[Data extracted from a collection]

###

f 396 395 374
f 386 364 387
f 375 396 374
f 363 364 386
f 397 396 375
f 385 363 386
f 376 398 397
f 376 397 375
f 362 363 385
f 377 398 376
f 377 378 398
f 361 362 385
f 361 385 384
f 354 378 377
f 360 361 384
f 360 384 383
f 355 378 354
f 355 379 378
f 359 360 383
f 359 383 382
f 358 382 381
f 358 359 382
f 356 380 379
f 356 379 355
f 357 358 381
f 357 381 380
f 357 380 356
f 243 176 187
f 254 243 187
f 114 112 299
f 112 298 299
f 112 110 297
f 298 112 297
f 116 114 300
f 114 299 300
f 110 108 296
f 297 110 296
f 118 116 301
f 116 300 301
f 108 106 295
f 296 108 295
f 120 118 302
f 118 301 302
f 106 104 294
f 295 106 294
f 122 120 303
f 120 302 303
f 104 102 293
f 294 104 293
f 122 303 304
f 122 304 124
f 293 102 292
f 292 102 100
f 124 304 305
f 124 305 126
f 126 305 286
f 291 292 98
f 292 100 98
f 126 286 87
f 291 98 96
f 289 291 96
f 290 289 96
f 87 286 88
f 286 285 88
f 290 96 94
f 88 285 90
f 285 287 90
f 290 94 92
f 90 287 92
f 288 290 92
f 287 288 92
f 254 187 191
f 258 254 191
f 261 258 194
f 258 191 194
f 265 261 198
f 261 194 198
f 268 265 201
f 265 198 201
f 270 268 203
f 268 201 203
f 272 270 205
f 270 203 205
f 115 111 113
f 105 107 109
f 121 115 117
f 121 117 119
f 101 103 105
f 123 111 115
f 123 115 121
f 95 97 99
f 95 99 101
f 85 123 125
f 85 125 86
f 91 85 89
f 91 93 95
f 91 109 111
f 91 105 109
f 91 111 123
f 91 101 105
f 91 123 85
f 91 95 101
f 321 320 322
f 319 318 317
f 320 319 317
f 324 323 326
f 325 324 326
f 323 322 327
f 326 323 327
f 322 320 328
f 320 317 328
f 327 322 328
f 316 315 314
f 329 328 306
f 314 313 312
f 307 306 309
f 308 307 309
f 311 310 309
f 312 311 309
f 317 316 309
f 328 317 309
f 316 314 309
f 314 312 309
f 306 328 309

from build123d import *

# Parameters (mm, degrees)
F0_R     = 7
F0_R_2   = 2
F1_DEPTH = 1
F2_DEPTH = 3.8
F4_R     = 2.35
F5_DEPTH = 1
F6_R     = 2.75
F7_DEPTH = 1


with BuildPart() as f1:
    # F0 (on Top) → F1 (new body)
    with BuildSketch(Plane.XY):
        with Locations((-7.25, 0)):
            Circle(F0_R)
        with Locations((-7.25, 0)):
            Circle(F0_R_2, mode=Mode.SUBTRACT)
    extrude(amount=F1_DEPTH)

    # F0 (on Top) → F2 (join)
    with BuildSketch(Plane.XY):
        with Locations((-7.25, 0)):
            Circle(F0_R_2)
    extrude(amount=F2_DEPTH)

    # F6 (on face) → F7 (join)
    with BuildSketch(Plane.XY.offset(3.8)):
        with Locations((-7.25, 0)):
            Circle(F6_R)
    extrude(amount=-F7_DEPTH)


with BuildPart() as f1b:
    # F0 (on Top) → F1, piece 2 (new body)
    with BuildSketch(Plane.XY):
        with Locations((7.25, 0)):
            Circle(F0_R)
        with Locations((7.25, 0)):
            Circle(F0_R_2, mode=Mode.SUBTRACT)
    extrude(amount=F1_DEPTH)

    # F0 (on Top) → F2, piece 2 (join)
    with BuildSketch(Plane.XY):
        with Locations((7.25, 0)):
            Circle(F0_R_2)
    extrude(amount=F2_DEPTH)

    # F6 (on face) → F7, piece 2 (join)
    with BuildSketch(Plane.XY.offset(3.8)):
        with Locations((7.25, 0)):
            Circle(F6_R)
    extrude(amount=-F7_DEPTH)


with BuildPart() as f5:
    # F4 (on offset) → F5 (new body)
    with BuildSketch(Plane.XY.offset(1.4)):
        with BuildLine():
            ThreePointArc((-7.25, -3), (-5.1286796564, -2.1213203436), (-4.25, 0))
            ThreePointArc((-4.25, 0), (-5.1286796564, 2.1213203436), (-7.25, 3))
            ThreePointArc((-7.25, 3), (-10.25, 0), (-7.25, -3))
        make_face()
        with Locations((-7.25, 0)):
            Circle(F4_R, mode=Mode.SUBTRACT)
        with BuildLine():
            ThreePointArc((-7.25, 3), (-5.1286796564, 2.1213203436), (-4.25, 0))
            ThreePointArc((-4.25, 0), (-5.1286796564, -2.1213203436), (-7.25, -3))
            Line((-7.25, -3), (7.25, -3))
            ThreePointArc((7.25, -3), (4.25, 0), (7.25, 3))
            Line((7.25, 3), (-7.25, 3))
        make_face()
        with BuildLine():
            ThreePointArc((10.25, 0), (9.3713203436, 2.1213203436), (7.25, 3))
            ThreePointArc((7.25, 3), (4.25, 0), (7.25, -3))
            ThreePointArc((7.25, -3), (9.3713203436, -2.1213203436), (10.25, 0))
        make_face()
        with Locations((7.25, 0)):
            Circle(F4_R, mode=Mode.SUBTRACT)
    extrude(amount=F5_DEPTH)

###

■ WORK TO BE COMPLETED
Every line of the data is to be retyped without alteration.

■ RESPONSE TO THIS EXERCISE
f 396 395 374
f 386 364 387
f 375 396 374
f 363 364 386
f 397 396 375
f 385 363 386
f 376 398 397
f 376 397 375
f 362 363 385
f 377 398 376
f 377 378 398
f 361 362 385
f 361 385 384
f 354 378 377
f 360 361 384
f 360 384 383
f 355 378 354
f 355 379 378
f 359 360 383
f 359 383 382
f 358 382 381
f 358 359 382
f 356 380 379
f 356 379 355
f 357 358 381
f 357 381 380
f 357 380 356
f 243 176 187
f 254 243 187
f 114 112 299
f 112 298 299
f 112 110 297
f 298 112 297
f 116 114 300
f 114 299 300
f 110 108 296
f 297 110 296
f 118 116 301
f 116 300 301
f 108 106 295
f 296 108 295
f 120 118 302
f 118 301 302
f 106 104 294
f 295 106 294
f 122 120 303
f 120 302 303
f 104 102 293
f 294 104 293
f 122 303 304
f 122 304 124
f 293 102 292
f 292 102 100
f 124 304 305
f 124 305 126
f 126 305 286
f 291 292 98
f 292 100 98
f 126 286 87
f 291 98 96
f 289 291 96
f 290 289 96
f 87 286 88
f 286 285 88
f 290 96 94
f 88 285 90
f 285 287 90
f 290 94 92
f 90 287 92
f 288 290 92
f 287 288 92
f 254 187 191
f 258 254 191
f 261 258 194
f 258 191 194
f 265 261 198
f 261 194 198
f 268 265 201
f 265 198 201
f 270 268 203
f 268 201 203
f 272 270 205
f 270 203 205
f 115 111 113
f 105 107 109
f 121 115 117
f 121 117 119
f 101 103 105
f 123 111 115
f 123 115 121
f 95 97 99
f 95 99 101
f 85 123 125
f 85 125 86
f 91 85 89
f 91 93 95
f 91 109 111
f 91 105 109
f 91 111 123
f 91 101 105
f 91 123 85
f 91 95 101
f 321 320 322
f 319 318 317
f 320 319 317
f 324 323 326
f 325 324 326
f 323 322 327
f 326 323 327
f 322 320 328
f 320 317 328
f 327 322 328
f 316 315 314
f 329 328 306
f 314 313 312
f 307 306 309
f 308 307 309
f 311 310 309
f 312 311 309
f 317 316 309
f 328 317 309
f 316 314 309
f 314 312 309
f 306 328 309

from build123d import *

# Parameters (mm, degrees)
F0_R     = 7
F0_R_2   = 2
F1_DEPTH = 1
F2_DEPTH = 3.8
F4_R     = 2.35
F5_DEPTH = 1
F6_R     = 2.75
F7_DEPTH = 1


with BuildPart() as f1:
    # F0 (on Top) → F1 (new body)
    with BuildSketch(Plane.XY):
        with Locations((-7.25, 0)):
            Circle(F0_R)
        with Locations((-7.25, 0)):
            Circle(F0_R_2, mode=Mode.SUBTRACT)
    extrude(amount=F1_DEPTH)

    # F0 (on Top) → F2 (join)
    with BuildSketch(Plane.XY):
        with Locations((-7.25, 0)):
            Circle(F0_R_2)
    extrude(amount=F2_DEPTH)

    # F6 (on face) → F7 (join)
    with BuildSketch(Plane.XY.offset(3.8)):
        with Locations((-7.25, 0)):
            Circle(F6_R)
    extrude(amount=-F7_DEPTH)


with BuildPart() as f1b:
    # F0 (on Top) → F1, piece 2 (new body)
    with BuildSketch(Plane.XY):
        with Locations((7.25, 0)):
            Circle(F0_R)
        with Locations((7.25, 0)):
            Circle(F0_R_2, mode=Mode.SUBTRACT)
    extrude(amount=F1_DEPTH)

    # F0 (on Top) → F2, piece 2 (join)
    with BuildSketch(Plane.XY):
        with Locations((7.25, 0)):
            Circle(F0_R_2)
    extrude(amount=F2_DEPTH)

    # F6 (on face) → F7, piece 2 (join)
    with BuildSketch(Plane.XY.offset(3.8)):
        with Locations((7.25, 0)):
            Circle(F6_R)
    extrude(amount=-F7_DEPTH)


with BuildPart() as f5:
    # F4 (on offset) → F5 (new body)
    with BuildSketch(Plane.XY.offset(1.4)):
        with BuildLine():
            ThreePointArc((-7.25, -3), (-5.1286796564, -2.1213203436), (-4.25, 0))
            ThreePointArc((-4.25, 0), (-5.1286796564, 2.1213203436), (-7.25, 3))
            ThreePointArc((-7.25, 3), (-10.25, 0), (-7.25, -3))
        make_face()
        with Locations((-7.25, 0)):
            Circle(F4_R, mode=Mode.SUBTRACT)
        with BuildLine():
            ThreePointArc((-7.25, 3), (-5.1286796564, 2.1213203436), (-4.25, 0))
            ThreePointArc((-4.25, 0), (-5.1286796564, -2.1213203436), (-7.25, -3))
            Line((-7.25, -3), (7.25, -3))
            ThreePointArc((7.25, -3), (4.25, 0), (7.25, 3))
            Line((7.25, 3), (-7.25, 3))
        make_face()
        with BuildLine():
            ThreePointArc((10.25, 0), (9.3713203436, 2.1213203436), (7.25, 3))
            ThreePointArc((7.25, 3), (4.25, 0), (7.25, -3))
            ThreePointArc((7.25, -3), (9.3713203436, -2.1213203436), (10.25, 0))
        make_face()
        with Locations((7.25, 0)):
            Circle(F4_R, mode=Mode.SUBTRACT)
    extrude(amount=F5_DEPTH)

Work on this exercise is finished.